**Work order:**
What are the lines of the listing below, word for word, from the first down to the one that contains "#381=ORIENTED_EDGE('',*,*,#223,.T.);"?

**Listed records:**
=== Begin Enclosure ===

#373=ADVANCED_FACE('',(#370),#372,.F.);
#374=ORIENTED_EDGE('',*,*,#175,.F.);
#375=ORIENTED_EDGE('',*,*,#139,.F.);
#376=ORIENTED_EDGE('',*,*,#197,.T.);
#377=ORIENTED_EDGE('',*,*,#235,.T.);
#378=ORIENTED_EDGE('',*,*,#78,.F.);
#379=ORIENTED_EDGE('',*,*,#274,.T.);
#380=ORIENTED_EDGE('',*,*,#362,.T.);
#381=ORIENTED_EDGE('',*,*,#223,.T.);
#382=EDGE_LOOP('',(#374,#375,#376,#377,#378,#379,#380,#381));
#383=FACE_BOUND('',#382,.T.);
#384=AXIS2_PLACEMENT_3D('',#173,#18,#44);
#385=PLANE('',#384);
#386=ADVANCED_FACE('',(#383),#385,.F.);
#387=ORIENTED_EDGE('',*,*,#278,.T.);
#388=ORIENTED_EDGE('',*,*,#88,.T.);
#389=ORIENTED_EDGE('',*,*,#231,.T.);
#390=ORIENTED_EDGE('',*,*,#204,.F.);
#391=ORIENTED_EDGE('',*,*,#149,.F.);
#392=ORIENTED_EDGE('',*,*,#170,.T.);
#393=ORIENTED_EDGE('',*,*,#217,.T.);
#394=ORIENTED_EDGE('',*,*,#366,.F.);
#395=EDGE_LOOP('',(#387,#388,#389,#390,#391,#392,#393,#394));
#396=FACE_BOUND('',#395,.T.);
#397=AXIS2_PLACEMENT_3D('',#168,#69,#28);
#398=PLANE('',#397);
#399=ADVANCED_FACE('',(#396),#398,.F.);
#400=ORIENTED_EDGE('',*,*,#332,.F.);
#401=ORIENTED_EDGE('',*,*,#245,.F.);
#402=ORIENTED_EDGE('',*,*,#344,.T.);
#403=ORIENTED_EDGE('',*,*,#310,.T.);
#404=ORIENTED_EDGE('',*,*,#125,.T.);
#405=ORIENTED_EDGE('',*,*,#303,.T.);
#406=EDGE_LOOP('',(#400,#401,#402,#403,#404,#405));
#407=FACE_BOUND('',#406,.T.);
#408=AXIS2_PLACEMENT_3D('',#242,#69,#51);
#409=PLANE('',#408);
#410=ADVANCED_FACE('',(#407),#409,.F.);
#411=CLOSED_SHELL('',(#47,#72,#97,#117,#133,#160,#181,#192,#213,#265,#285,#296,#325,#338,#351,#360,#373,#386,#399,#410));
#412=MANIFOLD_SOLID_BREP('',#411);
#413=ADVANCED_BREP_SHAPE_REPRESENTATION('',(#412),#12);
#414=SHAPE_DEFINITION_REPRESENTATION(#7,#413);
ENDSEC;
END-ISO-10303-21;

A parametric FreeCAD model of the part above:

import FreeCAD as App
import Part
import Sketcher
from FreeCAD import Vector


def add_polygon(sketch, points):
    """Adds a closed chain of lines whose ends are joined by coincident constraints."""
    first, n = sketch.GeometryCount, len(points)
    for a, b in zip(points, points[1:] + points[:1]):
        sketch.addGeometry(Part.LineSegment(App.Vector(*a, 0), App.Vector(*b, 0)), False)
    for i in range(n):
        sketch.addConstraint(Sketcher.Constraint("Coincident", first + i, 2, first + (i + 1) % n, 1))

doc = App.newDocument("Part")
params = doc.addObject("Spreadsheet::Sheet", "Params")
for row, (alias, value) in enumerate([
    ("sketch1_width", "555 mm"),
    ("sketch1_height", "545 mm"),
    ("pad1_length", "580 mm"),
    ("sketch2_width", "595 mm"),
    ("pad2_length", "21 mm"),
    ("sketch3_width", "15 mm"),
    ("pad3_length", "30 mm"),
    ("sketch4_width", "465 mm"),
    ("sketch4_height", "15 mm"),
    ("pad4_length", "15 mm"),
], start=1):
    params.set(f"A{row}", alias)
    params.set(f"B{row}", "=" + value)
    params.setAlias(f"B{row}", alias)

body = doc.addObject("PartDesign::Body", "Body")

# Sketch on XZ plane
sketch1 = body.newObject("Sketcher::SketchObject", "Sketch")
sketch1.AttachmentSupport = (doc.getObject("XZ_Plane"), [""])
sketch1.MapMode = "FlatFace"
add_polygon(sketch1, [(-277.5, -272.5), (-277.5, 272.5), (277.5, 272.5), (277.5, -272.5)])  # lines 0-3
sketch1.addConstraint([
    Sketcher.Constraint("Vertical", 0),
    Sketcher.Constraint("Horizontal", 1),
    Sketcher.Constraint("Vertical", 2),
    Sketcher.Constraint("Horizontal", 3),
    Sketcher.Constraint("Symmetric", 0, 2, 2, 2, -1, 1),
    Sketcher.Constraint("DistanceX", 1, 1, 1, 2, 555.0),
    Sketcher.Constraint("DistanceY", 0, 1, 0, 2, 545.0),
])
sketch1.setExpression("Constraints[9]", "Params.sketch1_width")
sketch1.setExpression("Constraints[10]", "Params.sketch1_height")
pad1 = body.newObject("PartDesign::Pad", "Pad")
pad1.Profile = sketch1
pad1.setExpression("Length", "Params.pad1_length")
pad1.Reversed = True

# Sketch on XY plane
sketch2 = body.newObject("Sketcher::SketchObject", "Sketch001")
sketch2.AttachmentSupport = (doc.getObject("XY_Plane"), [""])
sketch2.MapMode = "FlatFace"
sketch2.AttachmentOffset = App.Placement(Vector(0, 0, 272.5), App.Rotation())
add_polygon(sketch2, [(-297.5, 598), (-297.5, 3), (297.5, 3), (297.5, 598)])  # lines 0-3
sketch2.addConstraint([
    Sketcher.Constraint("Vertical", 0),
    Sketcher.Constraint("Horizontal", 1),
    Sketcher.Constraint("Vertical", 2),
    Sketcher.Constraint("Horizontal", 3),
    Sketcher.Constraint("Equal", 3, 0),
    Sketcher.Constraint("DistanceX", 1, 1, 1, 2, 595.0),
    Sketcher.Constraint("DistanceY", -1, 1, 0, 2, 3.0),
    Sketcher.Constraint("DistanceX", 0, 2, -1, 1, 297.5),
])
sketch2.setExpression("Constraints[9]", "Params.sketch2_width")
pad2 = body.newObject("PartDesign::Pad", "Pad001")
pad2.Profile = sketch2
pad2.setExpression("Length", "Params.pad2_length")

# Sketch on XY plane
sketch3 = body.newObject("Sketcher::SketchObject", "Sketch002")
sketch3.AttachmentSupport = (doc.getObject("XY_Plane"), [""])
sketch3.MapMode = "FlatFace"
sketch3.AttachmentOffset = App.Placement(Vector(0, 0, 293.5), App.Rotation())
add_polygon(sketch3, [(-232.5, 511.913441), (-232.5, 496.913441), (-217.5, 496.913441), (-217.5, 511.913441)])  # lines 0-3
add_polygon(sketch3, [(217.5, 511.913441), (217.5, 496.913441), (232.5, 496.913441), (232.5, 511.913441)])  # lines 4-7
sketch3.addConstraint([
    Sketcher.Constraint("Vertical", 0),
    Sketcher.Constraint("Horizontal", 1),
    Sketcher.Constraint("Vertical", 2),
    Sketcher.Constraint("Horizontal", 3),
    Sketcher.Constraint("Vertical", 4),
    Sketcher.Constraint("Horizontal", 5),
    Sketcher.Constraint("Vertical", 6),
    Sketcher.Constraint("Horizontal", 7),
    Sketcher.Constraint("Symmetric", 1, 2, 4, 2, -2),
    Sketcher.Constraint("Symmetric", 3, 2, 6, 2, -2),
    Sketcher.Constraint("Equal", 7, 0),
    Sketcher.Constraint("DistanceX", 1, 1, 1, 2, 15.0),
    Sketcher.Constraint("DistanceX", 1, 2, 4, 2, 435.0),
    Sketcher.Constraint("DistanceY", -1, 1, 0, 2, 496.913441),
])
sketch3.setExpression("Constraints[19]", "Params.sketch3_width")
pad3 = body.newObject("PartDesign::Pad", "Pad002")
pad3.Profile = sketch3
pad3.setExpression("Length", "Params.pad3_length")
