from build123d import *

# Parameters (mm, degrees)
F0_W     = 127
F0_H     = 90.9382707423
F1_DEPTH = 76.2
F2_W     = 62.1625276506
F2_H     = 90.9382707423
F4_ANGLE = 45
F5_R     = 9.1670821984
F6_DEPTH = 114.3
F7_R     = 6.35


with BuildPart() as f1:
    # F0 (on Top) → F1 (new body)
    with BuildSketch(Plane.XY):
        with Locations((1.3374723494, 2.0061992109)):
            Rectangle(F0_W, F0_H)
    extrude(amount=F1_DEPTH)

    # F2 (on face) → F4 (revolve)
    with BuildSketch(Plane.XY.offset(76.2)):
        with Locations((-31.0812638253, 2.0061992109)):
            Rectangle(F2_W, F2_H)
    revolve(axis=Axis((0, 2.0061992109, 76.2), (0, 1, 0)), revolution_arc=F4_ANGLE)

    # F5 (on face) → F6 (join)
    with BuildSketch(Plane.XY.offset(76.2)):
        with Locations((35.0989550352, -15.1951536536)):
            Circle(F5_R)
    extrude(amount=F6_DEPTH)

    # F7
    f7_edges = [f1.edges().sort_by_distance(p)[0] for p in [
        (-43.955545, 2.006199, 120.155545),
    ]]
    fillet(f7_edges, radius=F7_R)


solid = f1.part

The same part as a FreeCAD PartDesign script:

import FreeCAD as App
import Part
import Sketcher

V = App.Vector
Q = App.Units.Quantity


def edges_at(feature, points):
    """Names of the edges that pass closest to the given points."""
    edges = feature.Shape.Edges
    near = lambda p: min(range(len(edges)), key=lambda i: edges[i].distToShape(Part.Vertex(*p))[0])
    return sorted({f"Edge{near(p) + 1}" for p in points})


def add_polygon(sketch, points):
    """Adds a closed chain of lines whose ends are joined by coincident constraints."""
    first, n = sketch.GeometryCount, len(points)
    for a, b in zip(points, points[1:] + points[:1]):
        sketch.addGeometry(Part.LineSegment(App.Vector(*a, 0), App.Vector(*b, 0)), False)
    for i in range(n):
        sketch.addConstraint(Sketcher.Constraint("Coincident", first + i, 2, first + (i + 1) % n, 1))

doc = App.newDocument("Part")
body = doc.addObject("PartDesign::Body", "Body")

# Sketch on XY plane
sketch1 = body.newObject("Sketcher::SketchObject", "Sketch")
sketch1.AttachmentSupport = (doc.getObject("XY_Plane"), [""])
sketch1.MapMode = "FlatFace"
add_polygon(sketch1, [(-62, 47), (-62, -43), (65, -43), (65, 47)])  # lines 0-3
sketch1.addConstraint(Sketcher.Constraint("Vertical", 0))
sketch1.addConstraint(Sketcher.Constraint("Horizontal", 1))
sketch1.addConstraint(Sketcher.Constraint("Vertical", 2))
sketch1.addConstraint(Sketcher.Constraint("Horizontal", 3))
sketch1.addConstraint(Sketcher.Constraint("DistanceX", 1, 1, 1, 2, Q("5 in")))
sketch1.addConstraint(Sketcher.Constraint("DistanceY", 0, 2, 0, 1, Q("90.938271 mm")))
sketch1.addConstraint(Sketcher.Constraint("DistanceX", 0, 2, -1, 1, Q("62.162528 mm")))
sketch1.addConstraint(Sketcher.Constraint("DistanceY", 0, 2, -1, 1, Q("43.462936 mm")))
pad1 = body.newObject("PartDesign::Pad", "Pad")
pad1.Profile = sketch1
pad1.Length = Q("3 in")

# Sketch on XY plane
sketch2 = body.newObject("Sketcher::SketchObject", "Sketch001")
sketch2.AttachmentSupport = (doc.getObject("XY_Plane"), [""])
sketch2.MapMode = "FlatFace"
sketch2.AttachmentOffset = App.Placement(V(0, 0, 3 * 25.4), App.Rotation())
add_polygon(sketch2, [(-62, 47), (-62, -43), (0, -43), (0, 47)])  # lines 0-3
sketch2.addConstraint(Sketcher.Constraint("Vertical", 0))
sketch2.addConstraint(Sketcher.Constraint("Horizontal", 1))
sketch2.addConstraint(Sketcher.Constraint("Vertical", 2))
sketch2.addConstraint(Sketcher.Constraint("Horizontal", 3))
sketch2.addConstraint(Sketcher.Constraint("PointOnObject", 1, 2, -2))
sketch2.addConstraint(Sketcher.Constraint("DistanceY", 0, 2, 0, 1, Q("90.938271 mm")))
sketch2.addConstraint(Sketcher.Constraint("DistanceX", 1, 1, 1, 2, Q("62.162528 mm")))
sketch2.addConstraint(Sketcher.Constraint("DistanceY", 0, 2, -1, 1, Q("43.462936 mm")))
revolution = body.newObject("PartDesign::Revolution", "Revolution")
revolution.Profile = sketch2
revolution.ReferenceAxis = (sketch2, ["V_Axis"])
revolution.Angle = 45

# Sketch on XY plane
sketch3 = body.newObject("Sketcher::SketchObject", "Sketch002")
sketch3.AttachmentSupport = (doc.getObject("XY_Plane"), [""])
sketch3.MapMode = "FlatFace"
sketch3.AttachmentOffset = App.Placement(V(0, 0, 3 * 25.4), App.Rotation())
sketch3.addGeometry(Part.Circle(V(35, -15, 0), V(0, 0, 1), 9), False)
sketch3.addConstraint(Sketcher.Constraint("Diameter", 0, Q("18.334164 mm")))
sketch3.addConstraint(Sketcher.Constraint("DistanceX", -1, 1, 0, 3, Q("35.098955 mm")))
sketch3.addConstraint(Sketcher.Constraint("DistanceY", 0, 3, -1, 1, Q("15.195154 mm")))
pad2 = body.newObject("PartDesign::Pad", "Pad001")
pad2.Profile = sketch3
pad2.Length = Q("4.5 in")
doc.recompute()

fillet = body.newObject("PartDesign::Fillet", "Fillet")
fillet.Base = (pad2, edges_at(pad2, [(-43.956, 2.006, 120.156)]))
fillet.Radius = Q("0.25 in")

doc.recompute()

=== End Enclosure ===

**Solution for this task:**
#373=ADVANCED_FACE('',(#370),#372,.F.);
#374=ORIENTED_EDGE('',*,*,#175,.F.);
#375=ORIENTED_EDGE('',*,*,#139,.F.);
#376=ORIENTED_EDGE('',*,*,#197,.T.);
#377=ORIENTED_EDGE('',*,*,#235,.T.);
#378=ORIENTED_EDGE('',*,*,#78,.F.);
#379=ORIENTED_EDGE('',*,*,#274,.T.);
#380=ORIENTED_EDGE('',*,*,#362,.T.);
#381=ORIENTED_EDGE('',*,*,#223,.T.);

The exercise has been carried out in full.